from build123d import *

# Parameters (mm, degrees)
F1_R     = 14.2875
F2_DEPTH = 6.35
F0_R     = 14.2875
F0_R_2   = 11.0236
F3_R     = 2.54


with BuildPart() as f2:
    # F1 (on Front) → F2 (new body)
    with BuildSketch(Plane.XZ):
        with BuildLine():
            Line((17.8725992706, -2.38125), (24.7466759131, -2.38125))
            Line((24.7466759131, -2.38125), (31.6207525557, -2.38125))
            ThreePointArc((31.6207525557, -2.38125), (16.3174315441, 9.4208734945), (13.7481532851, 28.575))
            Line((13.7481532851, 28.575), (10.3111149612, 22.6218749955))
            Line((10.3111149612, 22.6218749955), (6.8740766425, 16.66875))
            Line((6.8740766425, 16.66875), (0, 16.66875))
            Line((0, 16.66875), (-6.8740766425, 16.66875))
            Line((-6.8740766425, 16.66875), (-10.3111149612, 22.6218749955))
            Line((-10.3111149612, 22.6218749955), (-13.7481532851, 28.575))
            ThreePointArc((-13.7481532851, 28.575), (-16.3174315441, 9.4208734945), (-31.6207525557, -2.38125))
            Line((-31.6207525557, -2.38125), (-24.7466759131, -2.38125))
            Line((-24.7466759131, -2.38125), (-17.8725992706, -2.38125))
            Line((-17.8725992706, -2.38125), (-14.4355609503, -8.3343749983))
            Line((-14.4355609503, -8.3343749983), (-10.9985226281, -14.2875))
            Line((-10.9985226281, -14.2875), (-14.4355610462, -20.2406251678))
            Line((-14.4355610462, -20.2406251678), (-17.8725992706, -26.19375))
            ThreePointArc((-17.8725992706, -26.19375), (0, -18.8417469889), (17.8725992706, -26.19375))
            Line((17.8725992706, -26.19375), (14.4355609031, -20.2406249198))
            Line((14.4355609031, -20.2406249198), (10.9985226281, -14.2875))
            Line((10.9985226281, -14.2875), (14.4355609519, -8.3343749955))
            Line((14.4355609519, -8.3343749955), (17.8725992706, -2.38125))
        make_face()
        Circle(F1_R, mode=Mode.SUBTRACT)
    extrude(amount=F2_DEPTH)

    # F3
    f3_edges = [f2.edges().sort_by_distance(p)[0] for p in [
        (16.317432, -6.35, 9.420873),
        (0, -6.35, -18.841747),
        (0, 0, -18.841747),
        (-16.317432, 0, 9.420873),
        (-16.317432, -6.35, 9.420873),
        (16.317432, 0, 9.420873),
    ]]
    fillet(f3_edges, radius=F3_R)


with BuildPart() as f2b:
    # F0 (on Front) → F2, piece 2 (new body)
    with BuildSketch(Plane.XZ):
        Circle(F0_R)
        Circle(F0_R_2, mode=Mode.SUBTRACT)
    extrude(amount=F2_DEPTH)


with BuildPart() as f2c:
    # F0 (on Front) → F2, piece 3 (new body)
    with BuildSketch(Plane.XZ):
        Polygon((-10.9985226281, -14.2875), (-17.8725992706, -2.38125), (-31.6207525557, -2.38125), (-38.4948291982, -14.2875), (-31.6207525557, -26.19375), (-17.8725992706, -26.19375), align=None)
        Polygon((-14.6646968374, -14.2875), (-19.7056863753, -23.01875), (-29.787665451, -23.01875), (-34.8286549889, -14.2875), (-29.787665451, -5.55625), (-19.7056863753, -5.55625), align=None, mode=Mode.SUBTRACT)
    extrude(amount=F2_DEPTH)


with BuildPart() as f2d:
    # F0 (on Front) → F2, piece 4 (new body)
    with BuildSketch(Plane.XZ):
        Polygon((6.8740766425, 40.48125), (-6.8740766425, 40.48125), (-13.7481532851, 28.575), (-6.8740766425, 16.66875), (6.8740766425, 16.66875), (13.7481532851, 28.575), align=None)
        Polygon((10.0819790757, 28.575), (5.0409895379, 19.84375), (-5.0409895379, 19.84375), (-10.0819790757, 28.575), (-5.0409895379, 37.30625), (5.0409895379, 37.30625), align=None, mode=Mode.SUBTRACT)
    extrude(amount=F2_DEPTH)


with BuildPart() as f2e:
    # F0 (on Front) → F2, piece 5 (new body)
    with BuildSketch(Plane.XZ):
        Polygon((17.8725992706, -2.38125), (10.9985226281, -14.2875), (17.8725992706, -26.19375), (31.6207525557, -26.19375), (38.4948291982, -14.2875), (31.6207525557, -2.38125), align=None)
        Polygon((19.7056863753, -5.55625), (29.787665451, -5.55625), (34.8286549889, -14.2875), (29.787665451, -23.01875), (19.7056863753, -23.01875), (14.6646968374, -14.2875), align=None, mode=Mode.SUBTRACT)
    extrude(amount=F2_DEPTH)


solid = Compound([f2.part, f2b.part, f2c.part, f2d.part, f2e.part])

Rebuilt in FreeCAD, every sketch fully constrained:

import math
import FreeCAD as App
import Part
import Sketcher
Q = App.Units.Quantity


def edges_at(feature, points):
    """Names of the edges that pass closest to the given points."""
    edges = feature.Shape.Edges
    near = lambda p: min(range(len(edges)), key=lambda i: edges[i].distToShape(Part.Vertex(*p))[0])
    return sorted({f"Edge{near(p) + 1}" for p in points})


def add_polygon(sketch, points):
    """Adds a closed chain of lines whose ends are joined by coincident constraints."""
    first, n = sketch.GeometryCount, len(points)
    for a, b in zip(points, points[1:] + points[:1]):
        sketch.addGeometry(Part.LineSegment(App.Vector(*a, 0), App.Vector(*b, 0)), False)
    for i in range(n):
        sketch.addConstraint(Sketcher.Constraint("Coincident", first + i, 2, first + (i + 1) % n, 1))

doc = App.newDocument("Part")
body = doc.addObject("PartDesign::Body", "Body")

# Sketch on XZ plane
sketch1 = doc.addObject("Sketcher::SketchObject", "Sketch")
body.addObject(sketch1)
sketch1.AttachmentSupport = (doc.XZ_Plane, [""])
sketch1.MapMode = "FlatFace"
sketch1.addGeometry([
    Part.LineSegment(App.Vector(18, -2, 0), App.Vector(32, -2, 0)),  # 0
    Part.ArcOfCircle(Part.Circle(App.Vector(38, 22, 0), App.Vector(0, 0, 1), 25), math.radians(165), math.radians(255)),  # 1
    Part.LineSegment(App.Vector(14, 29, 0), App.Vector(7, 17, 0)),  # 2
    Part.LineSegment(App.Vector(7, 17, 0), App.Vector(-7, 17, 0)),  # 3
    Part.LineSegment(App.Vector(-7, 17, 0), App.Vector(-14, 29, 0)),  # 4
    Part.ArcOfCircle(Part.Circle(App.Vector(-38, 22, 0), App.Vector(0, 0, 1), 25), math.radians(-75), math.radians(15)),  # 5
    Part.LineSegment(App.Vector(-32, -2, 0), App.Vector(-18, -2, 0)),  # 6
    Part.LineSegment(App.Vector(-18, -2, 0), App.Vector(-14, -8, 0)),  # 7
    Part.LineSegment(App.Vector(-14, -8, 0), App.Vector(-11, -14, 0)),  # 8
    Part.LineSegment(App.Vector(-11, -14, 0), App.Vector(-14, -20, 0)),  # 9
    Part.LineSegment(App.Vector(-14, -20, 0), App.Vector(-18, -26, 0)),  # 10
    Part.ArcOfCircle(Part.Circle(App.Vector(0, -44, 0), App.Vector(0, 0, 1), 25), math.radians(45), math.radians(135)),  # 11
    Part.LineSegment(App.Vector(18, -26, 0), App.Vector(14, -20, 0)),  # 12
    Part.LineSegment(App.Vector(14, -20, 0), App.Vector(11, -14, 0)),  # 13
    Part.LineSegment(App.Vector(11, -14, 0), App.Vector(14, -8, 0)),  # 14
    Part.LineSegment(App.Vector(14, -8, 0), App.Vector(18, -2, 0)),  # 15
    Part.Circle(App.Vector(0, 0, 0), App.Vector(0, 0, 1), 14),  # 16
], False)
sketch1.addConstraint([
    Sketcher.Constraint("Coincident", 0, 2, 1, 2),
    Sketcher.Constraint("Coincident", 1, 1, 2, 1),
    Sketcher.Constraint("Coincident", 2, 2, 3, 1),
    Sketcher.Constraint("Coincident", 3, 2, 4, 1),
    Sketcher.Constraint("Coincident", 4, 2, 5, 2),
    Sketcher.Constraint("Coincident", 5, 1, 6, 1),
    Sketcher.Constraint("Coincident", 6, 2, 7, 1),
    Sketcher.Constraint("Coincident", 7, 2, 8, 1),
    Sketcher.Constraint("Coincident", 8, 2, 9, 1),
    Sketcher.Constraint("Coincident", 9, 2, 10, 1),
    Sketcher.Constraint("Coincident", 10, 2, 11, 2),
    Sketcher.Constraint("Coincident", 11, 1, 12, 1),
    Sketcher.Constraint("Coincident", 12, 2, 13, 1),
    Sketcher.Constraint("Coincident", 13, 2, 14, 1),
    Sketcher.Constraint("Coincident", 14, 2, 15, 1),
    Sketcher.Constraint("Coincident", 15, 2, 0, 1),
    Sketcher.Constraint("Horizontal", 0),
    Sketcher.Constraint("Horizontal", 3),
    Sketcher.Constraint("Horizontal", 6),
    Sketcher.Constraint("Coincident", 16, 3, -1, 1),
    Sketcher.Constraint("Equal", 1, 5),
    Sketcher.Constraint("Equal", 5, 11),
    Sketcher.Constraint("Symmetric", 1, 3, 5, 3, -2),
    Sketcher.Constraint("Symmetric", 10, 2, 11, 1, -2),
    Sketcher.Constraint("Symmetric", 9, 2, 12, 2, -2),
    Sketcher.Constraint("Symmetric", 8, 2, 13, 2, -2),
    Sketcher.Constraint("Symmetric", 7, 2, 14, 2, -2),
    Sketcher.Constraint("Symmetric", 6, 2, 15, 2, -2),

■ **Problem statement**:
Which lines of the records above contain the word "ThreePointArc"? Report each one.

■ **Result of this task**:
            ThreePointArc((31.6207525557, -2.38125), (16.3174315441, 9.4208734945), (13.7481532851, 28.575))
            ThreePointArc((-13.7481532851, 28.575), (-16.3174315441, 9.4208734945), (-31.6207525557, -2.38125))
            ThreePointArc((-17.8725992706, -26.19375), (0, -18.8417469889), (17.8725992706, -26.19375))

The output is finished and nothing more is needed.